Collected data
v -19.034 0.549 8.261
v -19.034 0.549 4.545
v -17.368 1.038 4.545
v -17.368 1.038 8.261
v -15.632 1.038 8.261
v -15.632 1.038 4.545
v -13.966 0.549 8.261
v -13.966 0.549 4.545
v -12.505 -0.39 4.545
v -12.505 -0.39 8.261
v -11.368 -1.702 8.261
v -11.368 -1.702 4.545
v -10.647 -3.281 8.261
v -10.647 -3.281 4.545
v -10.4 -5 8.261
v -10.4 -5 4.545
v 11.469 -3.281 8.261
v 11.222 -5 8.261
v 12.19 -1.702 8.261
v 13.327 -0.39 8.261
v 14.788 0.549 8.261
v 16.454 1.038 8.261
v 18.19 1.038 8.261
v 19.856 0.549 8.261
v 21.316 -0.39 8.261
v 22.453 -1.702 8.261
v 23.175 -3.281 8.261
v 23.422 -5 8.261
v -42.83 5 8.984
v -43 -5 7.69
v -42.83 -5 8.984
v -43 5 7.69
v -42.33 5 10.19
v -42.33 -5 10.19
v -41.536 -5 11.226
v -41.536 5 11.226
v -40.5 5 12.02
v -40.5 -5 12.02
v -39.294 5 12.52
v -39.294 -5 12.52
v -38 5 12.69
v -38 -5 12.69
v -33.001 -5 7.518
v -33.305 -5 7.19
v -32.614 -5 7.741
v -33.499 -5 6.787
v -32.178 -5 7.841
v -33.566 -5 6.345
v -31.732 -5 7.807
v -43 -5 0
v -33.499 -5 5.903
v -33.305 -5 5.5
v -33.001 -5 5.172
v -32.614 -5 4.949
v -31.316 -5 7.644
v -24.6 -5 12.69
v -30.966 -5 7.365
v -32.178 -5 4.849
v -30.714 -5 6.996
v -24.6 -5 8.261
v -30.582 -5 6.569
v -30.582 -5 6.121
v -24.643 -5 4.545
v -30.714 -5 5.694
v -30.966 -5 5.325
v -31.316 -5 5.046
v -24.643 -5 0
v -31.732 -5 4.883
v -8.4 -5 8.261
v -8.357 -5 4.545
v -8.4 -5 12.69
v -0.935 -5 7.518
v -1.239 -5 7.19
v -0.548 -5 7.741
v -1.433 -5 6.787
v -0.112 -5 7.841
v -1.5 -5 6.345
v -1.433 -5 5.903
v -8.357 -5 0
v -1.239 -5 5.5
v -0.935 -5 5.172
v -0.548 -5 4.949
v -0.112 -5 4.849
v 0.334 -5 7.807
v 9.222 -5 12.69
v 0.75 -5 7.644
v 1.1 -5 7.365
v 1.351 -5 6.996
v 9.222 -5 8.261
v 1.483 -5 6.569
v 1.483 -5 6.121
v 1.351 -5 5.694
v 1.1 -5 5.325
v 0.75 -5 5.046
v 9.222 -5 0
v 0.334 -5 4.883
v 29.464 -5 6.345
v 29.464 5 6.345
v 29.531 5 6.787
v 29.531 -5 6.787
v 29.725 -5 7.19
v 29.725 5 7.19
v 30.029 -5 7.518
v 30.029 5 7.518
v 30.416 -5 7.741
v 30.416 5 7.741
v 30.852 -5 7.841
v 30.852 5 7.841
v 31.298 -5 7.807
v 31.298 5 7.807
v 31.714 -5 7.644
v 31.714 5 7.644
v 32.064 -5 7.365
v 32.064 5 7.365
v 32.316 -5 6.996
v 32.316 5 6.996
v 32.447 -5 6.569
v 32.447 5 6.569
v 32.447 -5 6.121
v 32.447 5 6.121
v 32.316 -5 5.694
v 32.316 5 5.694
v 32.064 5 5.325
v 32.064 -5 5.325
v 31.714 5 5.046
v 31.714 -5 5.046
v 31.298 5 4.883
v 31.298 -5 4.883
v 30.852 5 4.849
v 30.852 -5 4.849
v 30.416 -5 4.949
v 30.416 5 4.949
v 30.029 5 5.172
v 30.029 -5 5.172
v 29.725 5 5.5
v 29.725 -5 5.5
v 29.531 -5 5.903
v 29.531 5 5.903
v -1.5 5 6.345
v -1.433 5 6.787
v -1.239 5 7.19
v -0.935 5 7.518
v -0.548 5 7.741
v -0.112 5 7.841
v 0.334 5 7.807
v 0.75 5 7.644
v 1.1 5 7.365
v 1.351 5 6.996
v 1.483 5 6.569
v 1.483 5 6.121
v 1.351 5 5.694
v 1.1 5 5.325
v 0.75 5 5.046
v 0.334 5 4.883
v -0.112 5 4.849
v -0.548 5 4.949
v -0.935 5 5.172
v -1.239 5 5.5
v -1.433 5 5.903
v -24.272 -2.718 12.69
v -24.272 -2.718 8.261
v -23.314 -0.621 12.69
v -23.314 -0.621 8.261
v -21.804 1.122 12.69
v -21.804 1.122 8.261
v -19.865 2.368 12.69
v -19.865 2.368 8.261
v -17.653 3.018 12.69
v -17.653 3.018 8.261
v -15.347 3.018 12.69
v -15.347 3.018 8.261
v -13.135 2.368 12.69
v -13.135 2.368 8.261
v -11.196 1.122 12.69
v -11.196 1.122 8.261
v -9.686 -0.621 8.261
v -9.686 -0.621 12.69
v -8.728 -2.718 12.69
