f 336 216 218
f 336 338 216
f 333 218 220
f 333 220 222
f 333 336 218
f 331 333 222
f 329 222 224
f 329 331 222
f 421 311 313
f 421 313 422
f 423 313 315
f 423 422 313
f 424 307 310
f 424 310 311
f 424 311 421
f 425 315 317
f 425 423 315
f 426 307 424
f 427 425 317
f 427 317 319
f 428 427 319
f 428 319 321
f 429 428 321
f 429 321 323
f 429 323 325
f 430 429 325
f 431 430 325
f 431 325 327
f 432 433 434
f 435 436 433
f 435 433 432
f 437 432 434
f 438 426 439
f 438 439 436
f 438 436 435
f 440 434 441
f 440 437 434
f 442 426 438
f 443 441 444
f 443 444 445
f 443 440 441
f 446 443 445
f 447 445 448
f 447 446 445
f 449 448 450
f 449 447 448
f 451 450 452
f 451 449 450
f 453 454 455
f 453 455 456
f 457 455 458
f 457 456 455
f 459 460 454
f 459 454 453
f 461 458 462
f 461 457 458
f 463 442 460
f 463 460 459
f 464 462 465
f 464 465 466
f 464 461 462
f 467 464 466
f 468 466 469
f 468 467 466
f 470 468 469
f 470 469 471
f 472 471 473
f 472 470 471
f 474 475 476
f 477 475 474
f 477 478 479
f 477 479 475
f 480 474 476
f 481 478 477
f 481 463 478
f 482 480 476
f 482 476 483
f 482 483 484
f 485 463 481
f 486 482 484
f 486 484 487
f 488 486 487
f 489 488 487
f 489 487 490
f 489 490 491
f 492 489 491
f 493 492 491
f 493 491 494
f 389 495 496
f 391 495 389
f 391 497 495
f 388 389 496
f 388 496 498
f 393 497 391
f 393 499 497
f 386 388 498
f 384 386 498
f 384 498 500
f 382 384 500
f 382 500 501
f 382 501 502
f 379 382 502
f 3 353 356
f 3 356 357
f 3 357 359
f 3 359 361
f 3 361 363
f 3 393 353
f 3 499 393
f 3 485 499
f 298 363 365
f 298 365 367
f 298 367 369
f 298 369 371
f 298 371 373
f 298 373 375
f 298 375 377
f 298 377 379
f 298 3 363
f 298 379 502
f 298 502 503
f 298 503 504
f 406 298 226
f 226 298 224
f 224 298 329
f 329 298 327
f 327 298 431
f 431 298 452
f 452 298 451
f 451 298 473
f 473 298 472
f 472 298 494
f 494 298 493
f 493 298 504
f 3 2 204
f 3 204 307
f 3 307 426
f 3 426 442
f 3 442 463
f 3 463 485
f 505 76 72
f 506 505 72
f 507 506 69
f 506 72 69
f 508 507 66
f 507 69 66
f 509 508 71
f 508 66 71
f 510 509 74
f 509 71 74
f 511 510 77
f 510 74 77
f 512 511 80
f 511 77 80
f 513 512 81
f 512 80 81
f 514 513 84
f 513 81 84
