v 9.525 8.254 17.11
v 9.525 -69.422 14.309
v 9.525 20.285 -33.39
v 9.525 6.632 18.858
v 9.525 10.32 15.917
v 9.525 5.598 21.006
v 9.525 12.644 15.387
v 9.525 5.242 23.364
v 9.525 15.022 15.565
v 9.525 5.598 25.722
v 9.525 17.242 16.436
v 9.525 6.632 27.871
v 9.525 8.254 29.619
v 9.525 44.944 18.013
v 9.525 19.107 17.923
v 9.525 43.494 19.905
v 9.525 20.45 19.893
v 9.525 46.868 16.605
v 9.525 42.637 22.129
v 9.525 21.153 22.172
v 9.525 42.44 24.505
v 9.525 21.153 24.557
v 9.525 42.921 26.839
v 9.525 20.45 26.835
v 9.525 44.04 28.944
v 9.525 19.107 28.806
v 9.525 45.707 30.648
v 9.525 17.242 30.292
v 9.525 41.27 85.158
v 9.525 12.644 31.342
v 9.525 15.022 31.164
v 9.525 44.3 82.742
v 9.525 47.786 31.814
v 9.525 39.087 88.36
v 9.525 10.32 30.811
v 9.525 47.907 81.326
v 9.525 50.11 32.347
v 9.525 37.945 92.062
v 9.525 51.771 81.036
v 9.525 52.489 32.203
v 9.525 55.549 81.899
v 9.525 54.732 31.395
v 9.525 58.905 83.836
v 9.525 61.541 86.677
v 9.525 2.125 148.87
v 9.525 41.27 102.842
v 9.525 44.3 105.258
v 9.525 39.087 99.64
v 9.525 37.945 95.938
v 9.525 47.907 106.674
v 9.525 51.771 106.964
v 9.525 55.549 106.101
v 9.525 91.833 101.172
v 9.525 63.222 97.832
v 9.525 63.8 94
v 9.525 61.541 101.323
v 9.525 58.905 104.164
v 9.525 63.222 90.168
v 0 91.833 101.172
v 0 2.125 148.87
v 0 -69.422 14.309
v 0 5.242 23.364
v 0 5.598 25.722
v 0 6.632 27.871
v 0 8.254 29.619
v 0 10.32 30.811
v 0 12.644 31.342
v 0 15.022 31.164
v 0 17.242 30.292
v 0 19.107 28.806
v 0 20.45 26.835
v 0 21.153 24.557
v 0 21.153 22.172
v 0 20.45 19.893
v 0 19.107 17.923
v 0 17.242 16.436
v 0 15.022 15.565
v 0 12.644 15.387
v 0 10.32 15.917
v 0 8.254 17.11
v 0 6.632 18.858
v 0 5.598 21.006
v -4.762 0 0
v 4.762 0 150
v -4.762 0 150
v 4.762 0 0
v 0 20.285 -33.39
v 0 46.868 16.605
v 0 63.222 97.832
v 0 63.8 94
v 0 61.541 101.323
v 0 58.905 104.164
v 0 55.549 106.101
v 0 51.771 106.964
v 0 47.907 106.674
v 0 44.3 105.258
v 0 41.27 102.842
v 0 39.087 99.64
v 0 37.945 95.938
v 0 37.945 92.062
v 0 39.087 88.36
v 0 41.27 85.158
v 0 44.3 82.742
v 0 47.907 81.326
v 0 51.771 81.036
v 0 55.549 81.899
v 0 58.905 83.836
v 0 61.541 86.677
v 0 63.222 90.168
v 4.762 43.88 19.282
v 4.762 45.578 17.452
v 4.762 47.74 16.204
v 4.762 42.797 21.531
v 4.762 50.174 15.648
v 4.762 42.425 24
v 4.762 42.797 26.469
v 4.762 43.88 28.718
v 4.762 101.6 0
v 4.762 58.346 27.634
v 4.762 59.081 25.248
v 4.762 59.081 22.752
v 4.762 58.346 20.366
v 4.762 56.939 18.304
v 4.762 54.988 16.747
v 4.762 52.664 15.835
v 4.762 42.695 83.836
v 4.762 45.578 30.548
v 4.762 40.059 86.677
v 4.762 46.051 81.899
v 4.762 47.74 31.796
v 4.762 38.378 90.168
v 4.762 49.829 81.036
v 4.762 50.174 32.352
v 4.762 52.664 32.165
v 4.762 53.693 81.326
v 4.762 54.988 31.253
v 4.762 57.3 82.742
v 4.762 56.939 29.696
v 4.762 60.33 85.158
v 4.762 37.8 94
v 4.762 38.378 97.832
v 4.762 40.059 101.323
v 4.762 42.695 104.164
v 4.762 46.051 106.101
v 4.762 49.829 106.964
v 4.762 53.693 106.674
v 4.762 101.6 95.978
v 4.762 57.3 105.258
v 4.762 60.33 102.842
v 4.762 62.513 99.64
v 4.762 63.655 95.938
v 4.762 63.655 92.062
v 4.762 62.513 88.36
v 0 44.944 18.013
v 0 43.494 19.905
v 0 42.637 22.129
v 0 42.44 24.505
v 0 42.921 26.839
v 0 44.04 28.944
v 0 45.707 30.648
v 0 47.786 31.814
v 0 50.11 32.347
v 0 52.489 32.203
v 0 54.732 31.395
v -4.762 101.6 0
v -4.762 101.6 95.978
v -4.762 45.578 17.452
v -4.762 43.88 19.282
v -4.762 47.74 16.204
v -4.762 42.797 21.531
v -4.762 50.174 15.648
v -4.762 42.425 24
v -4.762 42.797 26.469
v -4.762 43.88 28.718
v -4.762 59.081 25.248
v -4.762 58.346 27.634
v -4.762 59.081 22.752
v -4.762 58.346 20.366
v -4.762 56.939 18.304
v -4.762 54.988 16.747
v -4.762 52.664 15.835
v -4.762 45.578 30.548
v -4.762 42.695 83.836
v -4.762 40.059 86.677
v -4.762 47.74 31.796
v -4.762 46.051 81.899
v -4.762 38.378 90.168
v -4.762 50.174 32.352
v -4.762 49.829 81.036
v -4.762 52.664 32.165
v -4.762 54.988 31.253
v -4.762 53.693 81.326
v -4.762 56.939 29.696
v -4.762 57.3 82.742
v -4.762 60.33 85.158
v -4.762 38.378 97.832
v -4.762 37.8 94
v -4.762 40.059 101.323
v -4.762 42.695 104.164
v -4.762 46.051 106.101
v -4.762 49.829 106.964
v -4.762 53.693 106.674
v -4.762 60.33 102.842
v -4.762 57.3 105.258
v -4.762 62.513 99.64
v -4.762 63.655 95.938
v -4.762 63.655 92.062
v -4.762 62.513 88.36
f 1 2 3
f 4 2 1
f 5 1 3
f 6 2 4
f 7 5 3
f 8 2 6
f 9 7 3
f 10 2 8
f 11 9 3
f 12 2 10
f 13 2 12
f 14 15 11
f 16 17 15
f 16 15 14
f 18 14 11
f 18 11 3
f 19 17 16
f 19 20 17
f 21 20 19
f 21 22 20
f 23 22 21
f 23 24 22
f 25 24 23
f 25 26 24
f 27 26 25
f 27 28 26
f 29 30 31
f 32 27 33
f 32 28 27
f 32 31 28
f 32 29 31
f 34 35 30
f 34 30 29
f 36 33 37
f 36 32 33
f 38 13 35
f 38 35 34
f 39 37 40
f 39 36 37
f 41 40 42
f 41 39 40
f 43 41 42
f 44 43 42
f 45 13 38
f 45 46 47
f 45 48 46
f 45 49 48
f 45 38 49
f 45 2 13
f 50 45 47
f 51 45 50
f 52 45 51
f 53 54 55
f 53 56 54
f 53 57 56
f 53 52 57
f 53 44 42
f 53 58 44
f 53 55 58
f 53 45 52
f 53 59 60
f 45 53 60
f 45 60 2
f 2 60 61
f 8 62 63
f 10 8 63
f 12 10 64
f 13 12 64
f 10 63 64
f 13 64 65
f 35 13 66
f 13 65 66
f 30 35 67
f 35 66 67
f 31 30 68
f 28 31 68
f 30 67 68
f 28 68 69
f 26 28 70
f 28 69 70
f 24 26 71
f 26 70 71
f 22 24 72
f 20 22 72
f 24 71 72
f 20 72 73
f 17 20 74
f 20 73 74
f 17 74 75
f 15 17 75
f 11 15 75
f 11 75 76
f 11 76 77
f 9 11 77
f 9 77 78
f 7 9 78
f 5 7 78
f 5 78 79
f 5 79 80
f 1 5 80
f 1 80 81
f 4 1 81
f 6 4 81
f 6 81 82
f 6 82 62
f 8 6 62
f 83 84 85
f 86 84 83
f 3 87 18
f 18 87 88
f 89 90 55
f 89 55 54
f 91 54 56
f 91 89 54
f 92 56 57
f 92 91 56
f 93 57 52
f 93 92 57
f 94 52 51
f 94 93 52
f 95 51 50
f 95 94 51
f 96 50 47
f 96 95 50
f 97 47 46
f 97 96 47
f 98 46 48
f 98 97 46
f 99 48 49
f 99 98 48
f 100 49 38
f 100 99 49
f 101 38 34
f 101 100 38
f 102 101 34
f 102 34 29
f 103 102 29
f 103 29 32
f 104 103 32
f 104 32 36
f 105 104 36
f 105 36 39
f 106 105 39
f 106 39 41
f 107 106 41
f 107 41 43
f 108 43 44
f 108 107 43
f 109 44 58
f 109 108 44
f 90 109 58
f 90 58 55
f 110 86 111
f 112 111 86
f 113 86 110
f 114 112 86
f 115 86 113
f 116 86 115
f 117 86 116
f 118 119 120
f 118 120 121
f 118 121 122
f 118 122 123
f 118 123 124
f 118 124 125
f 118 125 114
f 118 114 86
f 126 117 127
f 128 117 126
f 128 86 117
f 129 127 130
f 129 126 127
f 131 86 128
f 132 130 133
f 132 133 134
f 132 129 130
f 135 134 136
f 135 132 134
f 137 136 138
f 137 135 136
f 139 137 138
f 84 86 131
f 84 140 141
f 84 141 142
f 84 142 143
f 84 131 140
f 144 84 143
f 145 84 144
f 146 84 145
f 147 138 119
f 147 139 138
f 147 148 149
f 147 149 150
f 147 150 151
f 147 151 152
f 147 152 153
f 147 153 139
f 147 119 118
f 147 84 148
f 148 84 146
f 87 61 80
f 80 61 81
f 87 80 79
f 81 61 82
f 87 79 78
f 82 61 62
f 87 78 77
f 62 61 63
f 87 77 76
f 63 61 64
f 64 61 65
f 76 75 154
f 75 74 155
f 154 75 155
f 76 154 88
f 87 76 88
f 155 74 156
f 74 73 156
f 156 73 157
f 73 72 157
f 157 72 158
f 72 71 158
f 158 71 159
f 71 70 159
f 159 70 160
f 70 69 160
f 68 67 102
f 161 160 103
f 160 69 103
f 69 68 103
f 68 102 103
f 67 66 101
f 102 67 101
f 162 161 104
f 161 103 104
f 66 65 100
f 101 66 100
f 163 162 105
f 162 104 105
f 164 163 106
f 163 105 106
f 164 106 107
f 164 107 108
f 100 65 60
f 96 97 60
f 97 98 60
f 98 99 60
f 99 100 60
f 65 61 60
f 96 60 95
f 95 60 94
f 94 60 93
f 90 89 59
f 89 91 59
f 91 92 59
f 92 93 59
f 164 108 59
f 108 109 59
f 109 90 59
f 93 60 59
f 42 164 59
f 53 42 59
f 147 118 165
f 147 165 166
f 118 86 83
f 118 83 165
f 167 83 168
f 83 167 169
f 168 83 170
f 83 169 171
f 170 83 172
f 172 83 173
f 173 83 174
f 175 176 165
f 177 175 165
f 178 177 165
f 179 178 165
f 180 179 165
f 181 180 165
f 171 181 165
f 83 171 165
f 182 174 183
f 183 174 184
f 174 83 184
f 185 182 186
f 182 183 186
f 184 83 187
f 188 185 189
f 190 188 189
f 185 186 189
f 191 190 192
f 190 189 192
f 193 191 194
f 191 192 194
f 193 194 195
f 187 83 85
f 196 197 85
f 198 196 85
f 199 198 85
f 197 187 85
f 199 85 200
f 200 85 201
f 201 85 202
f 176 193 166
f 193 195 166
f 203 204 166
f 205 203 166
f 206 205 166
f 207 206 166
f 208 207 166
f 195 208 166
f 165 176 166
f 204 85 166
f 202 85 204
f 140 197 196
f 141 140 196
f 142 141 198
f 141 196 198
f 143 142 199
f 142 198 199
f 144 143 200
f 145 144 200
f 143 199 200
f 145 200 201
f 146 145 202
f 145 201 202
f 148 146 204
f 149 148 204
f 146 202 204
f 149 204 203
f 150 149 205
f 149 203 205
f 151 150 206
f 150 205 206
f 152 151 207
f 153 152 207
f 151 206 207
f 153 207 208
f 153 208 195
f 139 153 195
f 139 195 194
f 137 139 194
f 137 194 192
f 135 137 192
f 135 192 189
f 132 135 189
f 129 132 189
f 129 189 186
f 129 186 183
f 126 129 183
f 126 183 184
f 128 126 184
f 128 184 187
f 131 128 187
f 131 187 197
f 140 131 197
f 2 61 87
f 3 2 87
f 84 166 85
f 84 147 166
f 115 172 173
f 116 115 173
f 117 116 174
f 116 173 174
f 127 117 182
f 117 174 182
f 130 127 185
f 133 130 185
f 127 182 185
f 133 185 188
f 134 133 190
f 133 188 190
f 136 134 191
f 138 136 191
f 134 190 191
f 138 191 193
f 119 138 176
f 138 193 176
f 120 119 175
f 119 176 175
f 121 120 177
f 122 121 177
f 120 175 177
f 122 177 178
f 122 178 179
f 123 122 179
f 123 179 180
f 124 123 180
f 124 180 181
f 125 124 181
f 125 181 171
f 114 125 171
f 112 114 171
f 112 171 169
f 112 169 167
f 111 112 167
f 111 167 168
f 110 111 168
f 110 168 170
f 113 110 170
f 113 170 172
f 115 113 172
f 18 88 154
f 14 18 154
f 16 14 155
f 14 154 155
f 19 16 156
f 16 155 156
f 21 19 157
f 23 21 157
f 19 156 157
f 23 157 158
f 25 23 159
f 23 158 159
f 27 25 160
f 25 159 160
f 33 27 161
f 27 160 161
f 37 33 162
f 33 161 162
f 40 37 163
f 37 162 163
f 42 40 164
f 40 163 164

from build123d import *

# Parameters (mm, degrees)
F1_DEPTH = 4.7625
F3_D     = 16.75
F4_D     = 26
F5_R     = 13
F6_DEPTH = 9.525
F8_D     = 16


with BuildPart() as f1:
    # F0 (on Right) → F1 (new body, symmetric)
    with BuildSketch(Plane.YZ):
        Polygon((0, 150), (0, 0), (101.6, 0), (101.6, 95.9783217432), align=None)
    extrude(amount=F1_DEPTH, both=True)

    # F3 (through all)
    with Locations(Plane.YZ.offset(4.7625)):
        with Locations((50.8, 24)):
            Hole(F3_D / 2)

    # F4 (through all)
    with Locations(Plane.YZ.offset(4.7625)):
        with Locations((50.8, 94)):
            Hole(F4_D / 2)


with BuildPart() as f6:
    # F5 (on Right) → F6 (new body)
    with BuildSketch(Plane.YZ):
        with BuildLine():
            Line((91.8328668191, 101.1715985758), (2.1253913847, 148.8699093548))
            Line((2.1253913847, 148.8699093548), (-69.4220747839, 14.3086962031))
            Line((-69.4220747839, 14.3086962031), (20.2854006506, -33.3896145759))
            Line((20.2854006506, -33.3896145759), (46.8681756617, 16.6053139098))
            ThreePointArc((46.8681756617, 16.6053139098), (43.4053139098, 27.9318243383), (54.7318243383, 31.3946860902))
            Line((54.7318243383, 31.3946860902), (91.8328668191, 101.1715985758))
        make_face()
        with Locations((50.8, 94)):
            Circle(F5_R, mode=Mode.SUBTRACT)
    extrude(amount=F6_DEPTH)

    # F8 (through all)
    with Locations(Plane.YZ.offset(9.525)):
        with Locations((13.2422749771, 23.3641925713)):
            Hole(F8_D / 2)


solid = Compound([f1.part, f6.part])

## WHAT THIS TASK INVOLVES
Will you return exactly the lines above from the one with "f 3 393 353" down to the one with "v 9.525 47.907 106.674", counting both as part of the range?

## ANSWER SECTION
f 3 393 353
f 3 499 393
f 3 485 499
f 298 363 365
f 298 365 367
f 298 367 369
f 298 369 371
f 298 371 373
f 298 373 375
f 298 375 377
f 298 377 379
f 298 3 363
f 298 379 502
f 298 502 503
f 298 503 504
f 406 298 226
f 226 298 224
f 224 298 329
f 329 298 327
f 327 298 431
f 431 298 452
f 452 298 451
f 451 298 473
f 473 298 472
f 472 298 494
f 494 298 493
f 493 298 504
f 3 2 204
f 3 204 307
f 3 307 426
f 3 426 442
f 3 442 463
f 3 463 485
f 505 76 72
f 506 505 72
f 507 506 69
f 506 72 69
f 508 507 66
f 507 69 66
f 509 508 71
f 508 66 71
f 510 509 74
f 509 71 74
f 511 510 77
f 510 74 77
f 512 511 80
f 511 77 80
f 513 512 81
f 512 80 81
f 514 513 84
f 513 81 84
v 9.525 8.254 17.11
v 9.525 -69.422 14.309
v 9.525 20.285 -33.39
v 9.525 6.632 18.858
v 9.525 10.32 15.917
v 9.525 5.598 21.006
v 9.525 12.644 15.387
v 9.525 5.242 23.364
v 9.525 15.022 15.565
v 9.525 5.598 25.722
v 9.525 17.242 16.436
v 9.525 6.632 27.871
v 9.525 8.254 29.619
v 9.525 44.944 18.013
v 9.525 19.107 17.923
v 9.525 43.494 19.905
v 9.525 20.45 19.893
v 9.525 46.868 16.605
v 9.525 42.637 22.129
v 9.525 21.153 22.172
v 9.525 42.44 24.505
v 9.525 21.153 24.557
v 9.525 42.921 26.839
v 9.525 20.45 26.835
v 9.525 44.04 28.944
v 9.525 19.107 28.806
v 9.525 45.707 30.648
v 9.525 17.242 30.292
v 9.525 41.27 85.158
v 9.525 12.644 31.342
v 9.525 15.022 31.164
v 9.525 44.3 82.742
v 9.525 47.786 31.814
v 9.525 39.087 88.36
v 9.525 10.32 30.811
v 9.525 47.907 81.326
v 9.525 50.11 32.347
v 9.525 37.945 92.062
v 9.525 51.771 81.036
v 9.525 52.489 32.203
v 9.525 55.549 81.899
v 9.525 54.732 31.395
v 9.525 58.905 83.836
v 9.525 61.541 86.677
v 9.525 2.125 148.87
v 9.525 41.27 102.842
v 9.525 44.3 105.258
v 9.525 39.087 99.64
v 9.525 37.945 95.938
v 9.525 47.907 106.674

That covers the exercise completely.